# One more Brass & Coco Combo Duck Call



## Robert A. (Jan 8, 2009)

Well I was going to checker my first call like this and decided i would rather just make another.. This is solid Brass insert and Brass sleeved Cocobolo 3 panel checkered call. I used BLO for the finish.. It is tuned open water and it rings!!


----------



## rkent (Mar 4, 2010)

Sweet!


----------



## JS Fog (Sep 4, 2012)

Very Nice. The checkering look great.


----------



## WildThings (Jan 2, 2007)

WOW just WOW


----------



## bill (May 21, 2004)

I had a conversation today about your calls and the last Brass combo you turned.

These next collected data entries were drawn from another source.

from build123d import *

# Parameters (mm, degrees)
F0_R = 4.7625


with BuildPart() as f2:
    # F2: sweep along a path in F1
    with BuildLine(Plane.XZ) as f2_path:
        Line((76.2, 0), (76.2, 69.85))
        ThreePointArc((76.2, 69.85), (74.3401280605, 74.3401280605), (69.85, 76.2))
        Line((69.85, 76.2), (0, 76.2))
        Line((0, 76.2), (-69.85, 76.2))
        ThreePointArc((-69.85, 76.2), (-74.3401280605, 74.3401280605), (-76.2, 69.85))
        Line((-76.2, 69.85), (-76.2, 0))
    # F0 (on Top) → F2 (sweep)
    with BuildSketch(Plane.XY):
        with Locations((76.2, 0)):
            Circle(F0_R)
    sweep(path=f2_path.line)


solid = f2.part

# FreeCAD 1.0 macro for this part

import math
import FreeCAD as App
import Part
import Sketcher

V = App.Vector
Q = App.Units.Quantity

doc = App.newDocument("Part")
body = doc.addObject("PartDesign::Body", "Body")

# Sketch on XY plane
sketch1 = body.newObject("Sketcher::SketchObject", "Sketch")
sketch1.AttachmentSupport = (doc.getObject("XY_Plane"), [""])
sketch1.MapMode = "FlatFace"
sketch1.addGeometry(Part.Circle(V(76.2, 0, 0), V(0, 0, 1), 4.7625), False)
sketch1.addConstraint([
    Sketcher.Constraint("PointOnObject", 0, 3, -1),
    Sketcher.Constraint("Diameter", 0, Q("0.375 in")),
    Sketcher.Constraint("DistanceX", -1, 1, 0, 3, Q("3 in")),
])

# Sketch on XZ plane
sketch2 = body.newObject("Sketcher::SketchObject", "Sketch001")
sketch2.AttachmentSupport = (doc.getObject("XZ_Plane"), [""])
sketch2.MapMode = "FlatFace"
sketch2.addGeometry([
    Part.LineSegment(V(76.2, 0, 0), V(76.2, 69.85, 0)),  # 0
    Part.ArcOfCircle(Part.Circle(V(69.85, 69.85, 0), V(0, 0, 1), 6.35), math.radians(0), math.radians(90)),  # 1
    Part.LineSegment(V(69.85, 76.2, 0), V(-69.85, 76.2, 0)),  # 2
    Part.ArcOfCircle(Part.Circle(V(-69.85, 69.85, 0), V(0, 0, 1), 6.35), math.radians(90), math.radians(180)),  # 3
    Part.LineSegment(V(-76.2, 69.85, 0), V(-76.2, 0, 0)),  # 4
], False)
sketch2.addConstraint([
    Sketcher.Constraint("Tangent", 0, 2, 1, 1),
    Sketcher.Constraint("Tangent", 1, 2, 2, 1),
    Sketcher.Constraint("Tangent", 2, 2, 3, 1),
    Sketcher.Constraint("Tangent", 3, 2, 4, 1),
    Sketcher.Constraint("Vertical", 0),
    Sketcher.Constraint("Horizontal", 2),
    Sketcher.Constraint("Vertical", 4),
    Sketcher.Constraint("Equal", 1, 3),
    Sketcher.Constraint("Symmetric", 0, 1, 4, 2, -1, 1),
    Sketcher.Constraint("PointOnObject", 0, 1, -1),
    Sketcher.Constraint("Radius", 1, Q("0.25 in")),
    Sketcher.Constraint("DistanceX", 2, 2, 2, 1, Q("5.5 in")),
    Sketcher.Constraint("DistanceY", -1, 1, 1, 2, Q("3 in")),
])
doc.recompute()

additivepipe = body.newObject("PartDesign::AdditivePipe", "AdditivePipe")
additivepipe.Profile = sketch1
additivepipe.Spine = (sketch2, ["Edge1", "Edge2", "Edge3", "Edge4", "Edge5"])

doc.recompute()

Real works of art. They are in a class of their own. Beautiful, just beautiful


----------



## ronbeaux (Mar 25, 2006)

Fantastic!


----------



## Robert A. (Jan 8, 2009)

Thank you all for your kindness!!!


----------



## Cowbird93 (Sep 28, 2012)

That's amazing work man absolutely a piece of art I would love to get one from you just name the price


----------



## Viking48 (Jan 24, 2006)

Impressive as always


----------



## Slip (Jul 25, 2006)

Really, Really, REALLY Nice!


----------



## Tortuga (May 21, 2004)

True work of art, Mate...thumbs up


----------



## Robert A. (Jan 8, 2009)

Thanks Again Guys!!!!


----------